[Provided records Boundary: Start]
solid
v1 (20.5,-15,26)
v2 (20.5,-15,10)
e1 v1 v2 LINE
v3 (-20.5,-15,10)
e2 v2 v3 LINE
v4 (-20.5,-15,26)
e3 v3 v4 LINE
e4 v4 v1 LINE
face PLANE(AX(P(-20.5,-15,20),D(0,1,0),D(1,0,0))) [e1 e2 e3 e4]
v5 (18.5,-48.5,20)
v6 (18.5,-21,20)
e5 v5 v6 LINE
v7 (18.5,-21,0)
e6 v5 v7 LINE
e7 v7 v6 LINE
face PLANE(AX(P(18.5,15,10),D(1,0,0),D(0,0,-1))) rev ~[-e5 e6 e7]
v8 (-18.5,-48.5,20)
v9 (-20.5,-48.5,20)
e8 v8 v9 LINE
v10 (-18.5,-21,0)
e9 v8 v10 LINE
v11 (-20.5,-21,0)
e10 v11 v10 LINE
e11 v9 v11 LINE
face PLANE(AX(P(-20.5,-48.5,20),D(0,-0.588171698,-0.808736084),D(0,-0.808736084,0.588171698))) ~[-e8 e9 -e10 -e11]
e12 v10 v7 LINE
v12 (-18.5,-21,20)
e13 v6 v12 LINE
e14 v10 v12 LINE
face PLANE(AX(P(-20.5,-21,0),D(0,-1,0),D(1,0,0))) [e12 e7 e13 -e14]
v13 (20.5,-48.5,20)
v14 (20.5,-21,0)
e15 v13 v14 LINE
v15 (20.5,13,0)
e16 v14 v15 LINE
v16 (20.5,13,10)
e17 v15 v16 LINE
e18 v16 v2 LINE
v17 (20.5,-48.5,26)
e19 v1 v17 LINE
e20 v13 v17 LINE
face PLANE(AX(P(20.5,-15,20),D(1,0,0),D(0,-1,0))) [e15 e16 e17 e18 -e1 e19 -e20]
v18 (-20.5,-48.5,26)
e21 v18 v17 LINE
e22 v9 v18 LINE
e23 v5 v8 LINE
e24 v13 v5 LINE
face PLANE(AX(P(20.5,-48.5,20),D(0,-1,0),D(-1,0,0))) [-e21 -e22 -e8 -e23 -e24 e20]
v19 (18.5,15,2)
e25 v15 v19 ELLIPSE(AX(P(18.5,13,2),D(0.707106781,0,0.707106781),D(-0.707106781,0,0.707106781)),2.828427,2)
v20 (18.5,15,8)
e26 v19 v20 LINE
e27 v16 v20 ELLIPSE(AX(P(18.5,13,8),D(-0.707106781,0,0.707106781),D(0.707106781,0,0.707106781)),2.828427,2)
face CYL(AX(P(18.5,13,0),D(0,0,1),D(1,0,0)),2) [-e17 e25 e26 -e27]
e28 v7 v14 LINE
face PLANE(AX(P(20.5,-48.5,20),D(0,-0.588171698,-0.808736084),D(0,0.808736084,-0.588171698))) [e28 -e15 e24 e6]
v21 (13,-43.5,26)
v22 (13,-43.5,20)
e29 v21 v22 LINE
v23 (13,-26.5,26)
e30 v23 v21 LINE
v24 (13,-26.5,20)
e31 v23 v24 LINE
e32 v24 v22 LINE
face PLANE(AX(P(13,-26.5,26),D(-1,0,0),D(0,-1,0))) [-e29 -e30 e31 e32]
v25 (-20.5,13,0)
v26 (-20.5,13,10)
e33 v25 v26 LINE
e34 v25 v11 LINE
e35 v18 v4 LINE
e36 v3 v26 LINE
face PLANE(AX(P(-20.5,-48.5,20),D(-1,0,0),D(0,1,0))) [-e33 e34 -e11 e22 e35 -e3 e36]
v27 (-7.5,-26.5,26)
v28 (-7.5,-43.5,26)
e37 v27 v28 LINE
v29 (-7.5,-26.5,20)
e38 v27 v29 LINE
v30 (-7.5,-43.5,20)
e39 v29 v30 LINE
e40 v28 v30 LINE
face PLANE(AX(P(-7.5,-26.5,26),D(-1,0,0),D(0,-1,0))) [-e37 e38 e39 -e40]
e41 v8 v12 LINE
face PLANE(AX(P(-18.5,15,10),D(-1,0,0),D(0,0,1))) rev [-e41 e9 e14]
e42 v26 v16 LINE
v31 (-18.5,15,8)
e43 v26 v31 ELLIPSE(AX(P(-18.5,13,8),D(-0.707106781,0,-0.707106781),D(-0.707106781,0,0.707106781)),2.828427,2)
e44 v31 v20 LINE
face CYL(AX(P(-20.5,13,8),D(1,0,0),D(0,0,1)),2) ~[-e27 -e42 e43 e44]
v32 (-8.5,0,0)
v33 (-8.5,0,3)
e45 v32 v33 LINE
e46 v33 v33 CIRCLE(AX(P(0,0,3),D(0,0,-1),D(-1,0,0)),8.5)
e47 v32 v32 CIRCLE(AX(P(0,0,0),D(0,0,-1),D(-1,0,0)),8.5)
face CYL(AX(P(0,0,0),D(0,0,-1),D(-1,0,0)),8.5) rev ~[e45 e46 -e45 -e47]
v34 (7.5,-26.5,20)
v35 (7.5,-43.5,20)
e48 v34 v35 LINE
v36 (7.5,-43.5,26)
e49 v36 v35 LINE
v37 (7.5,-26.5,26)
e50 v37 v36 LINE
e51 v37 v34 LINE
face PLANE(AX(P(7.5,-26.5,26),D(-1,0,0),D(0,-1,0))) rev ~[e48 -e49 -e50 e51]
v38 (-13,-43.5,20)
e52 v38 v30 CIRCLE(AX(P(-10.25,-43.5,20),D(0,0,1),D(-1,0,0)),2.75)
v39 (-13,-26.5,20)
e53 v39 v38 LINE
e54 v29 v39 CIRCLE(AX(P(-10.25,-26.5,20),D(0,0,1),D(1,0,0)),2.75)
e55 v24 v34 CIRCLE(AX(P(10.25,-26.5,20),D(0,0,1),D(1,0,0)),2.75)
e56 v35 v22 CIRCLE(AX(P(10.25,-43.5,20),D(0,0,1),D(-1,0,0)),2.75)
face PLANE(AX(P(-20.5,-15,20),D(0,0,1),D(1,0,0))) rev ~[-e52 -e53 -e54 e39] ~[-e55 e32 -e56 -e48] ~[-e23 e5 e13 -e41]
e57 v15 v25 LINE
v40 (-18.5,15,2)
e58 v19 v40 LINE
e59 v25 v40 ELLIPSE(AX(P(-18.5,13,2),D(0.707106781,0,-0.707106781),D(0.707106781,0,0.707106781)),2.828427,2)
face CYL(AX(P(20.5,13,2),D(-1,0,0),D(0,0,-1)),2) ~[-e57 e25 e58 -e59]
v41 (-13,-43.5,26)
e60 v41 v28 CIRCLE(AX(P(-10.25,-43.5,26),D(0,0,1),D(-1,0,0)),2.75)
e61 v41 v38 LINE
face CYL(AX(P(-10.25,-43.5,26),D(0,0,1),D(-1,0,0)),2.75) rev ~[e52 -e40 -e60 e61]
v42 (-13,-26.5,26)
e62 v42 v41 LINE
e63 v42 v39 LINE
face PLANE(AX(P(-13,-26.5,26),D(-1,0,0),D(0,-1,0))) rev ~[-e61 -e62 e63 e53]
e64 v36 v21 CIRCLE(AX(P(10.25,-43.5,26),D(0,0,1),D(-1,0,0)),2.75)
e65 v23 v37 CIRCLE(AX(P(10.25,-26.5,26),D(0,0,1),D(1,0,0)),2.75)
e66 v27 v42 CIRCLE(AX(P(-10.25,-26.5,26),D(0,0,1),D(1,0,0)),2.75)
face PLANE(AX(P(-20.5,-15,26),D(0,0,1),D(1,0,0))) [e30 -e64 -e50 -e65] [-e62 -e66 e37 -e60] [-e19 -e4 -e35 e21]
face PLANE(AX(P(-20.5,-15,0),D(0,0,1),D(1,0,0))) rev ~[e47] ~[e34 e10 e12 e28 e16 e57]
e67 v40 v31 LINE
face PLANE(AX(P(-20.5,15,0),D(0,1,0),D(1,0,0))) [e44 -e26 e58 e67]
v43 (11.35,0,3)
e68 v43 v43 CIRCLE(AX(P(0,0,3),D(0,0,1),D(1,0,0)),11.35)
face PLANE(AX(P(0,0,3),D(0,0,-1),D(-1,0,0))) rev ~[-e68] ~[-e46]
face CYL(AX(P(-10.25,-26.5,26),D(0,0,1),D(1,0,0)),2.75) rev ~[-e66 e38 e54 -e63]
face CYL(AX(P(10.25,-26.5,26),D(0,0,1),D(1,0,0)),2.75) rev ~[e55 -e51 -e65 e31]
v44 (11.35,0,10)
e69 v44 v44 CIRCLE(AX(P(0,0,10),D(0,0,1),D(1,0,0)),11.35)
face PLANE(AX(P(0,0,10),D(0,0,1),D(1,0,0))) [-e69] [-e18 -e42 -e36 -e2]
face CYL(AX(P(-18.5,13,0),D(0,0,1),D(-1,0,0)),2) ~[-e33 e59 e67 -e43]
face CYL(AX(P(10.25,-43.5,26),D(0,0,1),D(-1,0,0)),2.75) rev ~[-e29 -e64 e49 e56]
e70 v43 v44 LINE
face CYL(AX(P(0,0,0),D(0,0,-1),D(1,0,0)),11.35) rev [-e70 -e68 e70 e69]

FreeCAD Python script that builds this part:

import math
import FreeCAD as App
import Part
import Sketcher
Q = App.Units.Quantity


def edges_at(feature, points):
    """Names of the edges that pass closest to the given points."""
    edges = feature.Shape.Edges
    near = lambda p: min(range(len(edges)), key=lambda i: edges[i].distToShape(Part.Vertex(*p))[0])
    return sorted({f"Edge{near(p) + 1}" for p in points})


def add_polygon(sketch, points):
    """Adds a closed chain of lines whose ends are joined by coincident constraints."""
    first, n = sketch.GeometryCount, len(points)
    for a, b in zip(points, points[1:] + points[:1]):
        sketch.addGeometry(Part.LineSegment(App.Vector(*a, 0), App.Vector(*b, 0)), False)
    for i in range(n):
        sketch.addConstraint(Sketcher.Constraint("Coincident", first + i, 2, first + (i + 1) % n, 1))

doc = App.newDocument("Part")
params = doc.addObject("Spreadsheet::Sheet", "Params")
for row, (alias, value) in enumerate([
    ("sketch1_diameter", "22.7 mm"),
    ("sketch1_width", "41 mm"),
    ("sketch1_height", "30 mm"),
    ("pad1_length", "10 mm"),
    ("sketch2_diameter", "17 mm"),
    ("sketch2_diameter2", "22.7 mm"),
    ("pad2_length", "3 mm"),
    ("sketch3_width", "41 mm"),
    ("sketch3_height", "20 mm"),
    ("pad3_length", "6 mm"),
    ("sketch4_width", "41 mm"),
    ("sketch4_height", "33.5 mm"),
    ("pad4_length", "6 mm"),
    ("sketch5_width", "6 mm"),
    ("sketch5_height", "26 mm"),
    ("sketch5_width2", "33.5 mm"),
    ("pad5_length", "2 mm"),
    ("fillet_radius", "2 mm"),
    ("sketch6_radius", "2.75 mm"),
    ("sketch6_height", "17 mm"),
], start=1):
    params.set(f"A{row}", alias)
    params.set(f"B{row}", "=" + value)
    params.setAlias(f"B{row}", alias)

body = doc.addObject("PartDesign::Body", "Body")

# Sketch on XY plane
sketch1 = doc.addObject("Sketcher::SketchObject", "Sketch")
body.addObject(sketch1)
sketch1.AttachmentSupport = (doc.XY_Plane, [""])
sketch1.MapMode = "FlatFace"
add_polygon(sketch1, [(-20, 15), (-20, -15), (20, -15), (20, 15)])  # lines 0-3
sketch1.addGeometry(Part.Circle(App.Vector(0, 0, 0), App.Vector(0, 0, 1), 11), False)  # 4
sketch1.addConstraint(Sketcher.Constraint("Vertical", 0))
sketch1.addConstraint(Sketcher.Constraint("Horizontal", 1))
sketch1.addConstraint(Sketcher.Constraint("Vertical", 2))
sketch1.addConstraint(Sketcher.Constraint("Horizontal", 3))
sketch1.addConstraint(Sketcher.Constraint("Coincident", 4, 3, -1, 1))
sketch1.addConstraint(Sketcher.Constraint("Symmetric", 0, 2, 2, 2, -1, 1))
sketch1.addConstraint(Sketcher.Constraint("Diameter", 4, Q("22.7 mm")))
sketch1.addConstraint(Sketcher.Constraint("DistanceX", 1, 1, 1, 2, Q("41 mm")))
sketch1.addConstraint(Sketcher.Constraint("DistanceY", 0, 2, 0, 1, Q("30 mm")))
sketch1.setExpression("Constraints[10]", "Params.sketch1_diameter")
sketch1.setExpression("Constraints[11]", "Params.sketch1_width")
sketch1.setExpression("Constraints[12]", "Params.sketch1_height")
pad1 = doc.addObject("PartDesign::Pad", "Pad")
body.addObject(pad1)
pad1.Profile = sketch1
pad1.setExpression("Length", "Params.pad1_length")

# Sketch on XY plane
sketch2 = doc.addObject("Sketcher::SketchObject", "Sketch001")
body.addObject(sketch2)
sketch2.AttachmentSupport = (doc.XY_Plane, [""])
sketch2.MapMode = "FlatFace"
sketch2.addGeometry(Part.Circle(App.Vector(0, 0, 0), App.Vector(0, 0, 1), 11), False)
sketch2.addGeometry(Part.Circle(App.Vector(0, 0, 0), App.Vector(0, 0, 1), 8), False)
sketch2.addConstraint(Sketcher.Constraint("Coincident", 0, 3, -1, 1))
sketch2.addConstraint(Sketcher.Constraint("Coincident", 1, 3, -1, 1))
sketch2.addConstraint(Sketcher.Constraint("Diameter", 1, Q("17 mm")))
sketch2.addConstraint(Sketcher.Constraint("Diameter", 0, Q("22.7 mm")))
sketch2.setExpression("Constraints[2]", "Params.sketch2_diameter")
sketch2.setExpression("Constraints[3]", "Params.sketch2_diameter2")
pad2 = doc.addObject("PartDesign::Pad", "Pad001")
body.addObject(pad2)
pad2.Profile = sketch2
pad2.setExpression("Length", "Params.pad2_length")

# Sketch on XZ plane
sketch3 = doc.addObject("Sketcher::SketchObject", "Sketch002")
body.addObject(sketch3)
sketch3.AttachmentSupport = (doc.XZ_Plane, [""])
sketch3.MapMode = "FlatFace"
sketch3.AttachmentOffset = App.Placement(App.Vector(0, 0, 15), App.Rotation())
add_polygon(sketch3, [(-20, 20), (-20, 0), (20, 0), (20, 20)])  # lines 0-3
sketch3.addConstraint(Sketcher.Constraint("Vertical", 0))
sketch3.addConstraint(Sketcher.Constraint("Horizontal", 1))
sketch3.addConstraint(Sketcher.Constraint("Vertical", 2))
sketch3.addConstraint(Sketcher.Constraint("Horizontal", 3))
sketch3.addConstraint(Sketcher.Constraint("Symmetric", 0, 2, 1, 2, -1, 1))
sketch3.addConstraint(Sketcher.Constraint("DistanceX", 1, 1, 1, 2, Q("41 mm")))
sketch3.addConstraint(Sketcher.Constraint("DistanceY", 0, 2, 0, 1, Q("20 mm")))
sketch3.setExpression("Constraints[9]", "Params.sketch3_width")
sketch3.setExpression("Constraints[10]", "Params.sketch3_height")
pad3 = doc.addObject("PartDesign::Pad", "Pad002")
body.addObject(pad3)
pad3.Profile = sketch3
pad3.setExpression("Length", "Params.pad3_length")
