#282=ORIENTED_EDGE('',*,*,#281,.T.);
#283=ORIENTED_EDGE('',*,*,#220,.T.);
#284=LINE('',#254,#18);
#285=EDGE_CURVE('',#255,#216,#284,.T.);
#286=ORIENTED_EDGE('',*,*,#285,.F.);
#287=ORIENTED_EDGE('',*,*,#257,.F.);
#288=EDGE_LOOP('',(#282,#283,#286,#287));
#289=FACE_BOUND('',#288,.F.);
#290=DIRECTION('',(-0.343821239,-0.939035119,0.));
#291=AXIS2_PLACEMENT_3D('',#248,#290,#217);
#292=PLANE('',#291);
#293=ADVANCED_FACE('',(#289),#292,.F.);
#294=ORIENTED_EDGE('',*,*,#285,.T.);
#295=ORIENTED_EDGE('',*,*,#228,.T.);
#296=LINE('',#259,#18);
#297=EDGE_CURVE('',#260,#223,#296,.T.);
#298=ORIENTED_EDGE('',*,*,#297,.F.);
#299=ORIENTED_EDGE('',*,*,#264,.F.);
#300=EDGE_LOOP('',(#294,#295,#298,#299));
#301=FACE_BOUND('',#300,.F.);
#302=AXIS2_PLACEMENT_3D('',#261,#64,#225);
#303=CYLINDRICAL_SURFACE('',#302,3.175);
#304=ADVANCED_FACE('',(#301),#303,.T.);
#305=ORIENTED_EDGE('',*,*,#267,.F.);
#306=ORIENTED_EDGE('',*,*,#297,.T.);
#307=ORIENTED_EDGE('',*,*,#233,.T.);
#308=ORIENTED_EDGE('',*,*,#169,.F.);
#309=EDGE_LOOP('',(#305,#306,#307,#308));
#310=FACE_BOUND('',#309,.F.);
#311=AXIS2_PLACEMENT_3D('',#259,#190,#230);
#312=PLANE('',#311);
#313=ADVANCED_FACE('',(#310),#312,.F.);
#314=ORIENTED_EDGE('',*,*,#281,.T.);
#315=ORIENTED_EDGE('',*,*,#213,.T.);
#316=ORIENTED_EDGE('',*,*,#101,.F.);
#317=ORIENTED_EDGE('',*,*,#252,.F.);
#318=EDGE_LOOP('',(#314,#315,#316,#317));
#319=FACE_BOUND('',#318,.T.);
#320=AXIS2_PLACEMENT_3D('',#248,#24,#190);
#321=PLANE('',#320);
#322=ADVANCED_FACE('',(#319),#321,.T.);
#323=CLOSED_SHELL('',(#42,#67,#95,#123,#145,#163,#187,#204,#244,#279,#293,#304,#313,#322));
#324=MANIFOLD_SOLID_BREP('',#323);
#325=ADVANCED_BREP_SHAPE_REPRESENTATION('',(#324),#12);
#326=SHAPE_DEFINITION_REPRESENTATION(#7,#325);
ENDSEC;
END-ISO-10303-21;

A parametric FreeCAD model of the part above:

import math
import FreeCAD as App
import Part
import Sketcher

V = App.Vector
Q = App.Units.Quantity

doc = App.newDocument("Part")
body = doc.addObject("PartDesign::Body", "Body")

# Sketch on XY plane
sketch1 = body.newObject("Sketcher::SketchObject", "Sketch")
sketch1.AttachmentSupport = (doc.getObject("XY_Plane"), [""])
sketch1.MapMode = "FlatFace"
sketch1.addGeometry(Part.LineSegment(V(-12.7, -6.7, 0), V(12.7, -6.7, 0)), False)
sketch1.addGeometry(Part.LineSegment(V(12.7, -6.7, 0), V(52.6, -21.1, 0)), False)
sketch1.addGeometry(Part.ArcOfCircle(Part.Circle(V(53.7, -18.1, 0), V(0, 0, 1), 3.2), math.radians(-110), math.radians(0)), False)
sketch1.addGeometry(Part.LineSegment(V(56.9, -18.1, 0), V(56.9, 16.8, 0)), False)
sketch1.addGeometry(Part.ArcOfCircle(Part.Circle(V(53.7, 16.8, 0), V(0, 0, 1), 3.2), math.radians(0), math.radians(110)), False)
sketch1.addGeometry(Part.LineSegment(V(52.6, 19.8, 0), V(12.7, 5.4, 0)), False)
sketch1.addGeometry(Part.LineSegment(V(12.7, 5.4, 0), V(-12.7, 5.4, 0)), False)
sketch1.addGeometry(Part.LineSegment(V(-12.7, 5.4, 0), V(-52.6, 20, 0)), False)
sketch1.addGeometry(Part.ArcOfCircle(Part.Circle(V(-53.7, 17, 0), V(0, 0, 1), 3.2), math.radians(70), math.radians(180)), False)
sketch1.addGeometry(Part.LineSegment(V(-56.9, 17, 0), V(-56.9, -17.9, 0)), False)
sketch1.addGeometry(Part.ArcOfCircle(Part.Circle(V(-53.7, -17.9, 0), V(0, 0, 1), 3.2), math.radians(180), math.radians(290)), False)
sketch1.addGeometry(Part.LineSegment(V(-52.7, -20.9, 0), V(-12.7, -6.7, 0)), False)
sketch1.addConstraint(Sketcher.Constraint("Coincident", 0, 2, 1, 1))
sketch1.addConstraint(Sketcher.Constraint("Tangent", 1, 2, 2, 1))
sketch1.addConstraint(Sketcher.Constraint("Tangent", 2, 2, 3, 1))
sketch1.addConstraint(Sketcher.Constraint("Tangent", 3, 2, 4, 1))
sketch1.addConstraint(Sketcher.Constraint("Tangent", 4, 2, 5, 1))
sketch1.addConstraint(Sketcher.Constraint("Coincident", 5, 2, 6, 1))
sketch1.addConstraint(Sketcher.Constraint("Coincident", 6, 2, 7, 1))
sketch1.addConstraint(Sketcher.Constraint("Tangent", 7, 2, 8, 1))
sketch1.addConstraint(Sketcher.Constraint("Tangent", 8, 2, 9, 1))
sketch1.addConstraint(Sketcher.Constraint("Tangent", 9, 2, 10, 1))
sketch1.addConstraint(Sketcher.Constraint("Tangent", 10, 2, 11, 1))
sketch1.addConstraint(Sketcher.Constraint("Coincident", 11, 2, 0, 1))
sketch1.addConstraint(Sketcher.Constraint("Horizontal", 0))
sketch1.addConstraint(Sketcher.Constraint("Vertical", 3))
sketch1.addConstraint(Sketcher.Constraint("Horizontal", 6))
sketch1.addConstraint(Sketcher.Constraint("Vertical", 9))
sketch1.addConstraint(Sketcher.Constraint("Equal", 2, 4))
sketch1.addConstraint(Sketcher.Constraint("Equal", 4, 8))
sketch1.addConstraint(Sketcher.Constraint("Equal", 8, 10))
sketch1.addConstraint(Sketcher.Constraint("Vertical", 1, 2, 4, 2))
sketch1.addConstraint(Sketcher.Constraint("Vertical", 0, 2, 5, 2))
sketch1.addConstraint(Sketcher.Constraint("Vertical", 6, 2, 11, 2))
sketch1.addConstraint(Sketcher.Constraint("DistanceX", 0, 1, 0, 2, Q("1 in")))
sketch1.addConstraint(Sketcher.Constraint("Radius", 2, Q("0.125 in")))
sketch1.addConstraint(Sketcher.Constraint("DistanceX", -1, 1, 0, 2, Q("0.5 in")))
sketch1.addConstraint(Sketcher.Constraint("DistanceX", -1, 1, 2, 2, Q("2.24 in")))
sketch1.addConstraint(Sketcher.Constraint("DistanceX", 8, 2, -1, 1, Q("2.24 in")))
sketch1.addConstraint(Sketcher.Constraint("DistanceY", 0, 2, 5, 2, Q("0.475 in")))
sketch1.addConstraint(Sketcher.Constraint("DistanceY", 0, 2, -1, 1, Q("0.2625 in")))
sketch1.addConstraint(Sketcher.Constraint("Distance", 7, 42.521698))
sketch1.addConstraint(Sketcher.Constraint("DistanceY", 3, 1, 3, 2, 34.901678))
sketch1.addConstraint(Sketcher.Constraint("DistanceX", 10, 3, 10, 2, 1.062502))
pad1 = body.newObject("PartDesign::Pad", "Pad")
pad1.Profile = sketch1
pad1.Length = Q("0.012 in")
[Provided records Boundary: End]
How to complete this task
In the listing above, find the line with "#299=ORIENTED_EDGE('',*,*,#264,.F.);" and the line with "-21.1, 0)), False)", then print exactly those lines and every line between them.

Answer section
#299=ORIENTED_EDGE('',*,*,#264,.F.);
#300=EDGE_LOOP('',(#294,#295,#298,#299));
#301=FACE_BOUND('',#300,.F.);
#302=AXIS2_PLACEMENT_3D('',#261,#64,#225);
#303=CYLINDRICAL_SURFACE('',#302,3.175);
#304=ADVANCED_FACE('',(#301),#303,.T.);
#305=ORIENTED_EDGE('',*,*,#267,.F.);
#306=ORIENTED_EDGE('',*,*,#297,.T.);
#307=ORIENTED_EDGE('',*,*,#233,.T.);
#308=ORIENTED_EDGE('',*,*,#169,.F.);
#309=EDGE_LOOP('',(#305,#306,#307,#308));
#310=FACE_BOUND('',#309,.F.);
#311=AXIS2_PLACEMENT_3D('',#259,#190,#230);
#312=PLANE('',#311);
#313=ADVANCED_FACE('',(#310),#312,.F.);
#314=ORIENTED_EDGE('',*,*,#281,.T.);
#315=ORIENTED_EDGE('',*,*,#213,.T.);
#316=ORIENTED_EDGE('',*,*,#101,.F.);
#317=ORIENTED_EDGE('',*,*,#252,.F.);
#318=EDGE_LOOP('',(#314,#315,#316,#317));
#319=FACE_BOUND('',#318,.T.);
#320=AXIS2_PLACEMENT_3D('',#248,#24,#190);
#321=PLANE('',#320);
#322=ADVANCED_FACE('',(#319),#321,.T.);
#323=CLOSED_SHELL('',(#42,#67,#95,#123,#145,#163,#187,#204,#244,#279,#293,#304,#313,#322));
#324=MANIFOLD_SOLID_BREP('',#323);
#325=ADVANCED_BREP_SHAPE_REPRESENTATION('',(#324),#12);
#326=SHAPE_DEFINITION_REPRESENTATION(#7,#325);
ENDSEC;
END-ISO-10303-21;

A parametric FreeCAD model of the part above:

import math
import FreeCAD as App
import Part
import Sketcher

V = App.Vector
Q = App.Units.Quantity

doc = App.newDocument("Part")
body = doc.addObject("PartDesign::Body", "Body")

# Sketch on XY plane
sketch1 = body.newObject("Sketcher::SketchObject", "Sketch")
sketch1.AttachmentSupport = (doc.getObject("XY_Plane"), [""])
sketch1.MapMode = "FlatFace"
sketch1.addGeometry(Part.LineSegment(V(-12.7, -6.7, 0), V(12.7, -6.7, 0)), False)
sketch1.addGeometry(Part.LineSegment(V(12.7, -6.7, 0), V(52.6, -21.1, 0)), False)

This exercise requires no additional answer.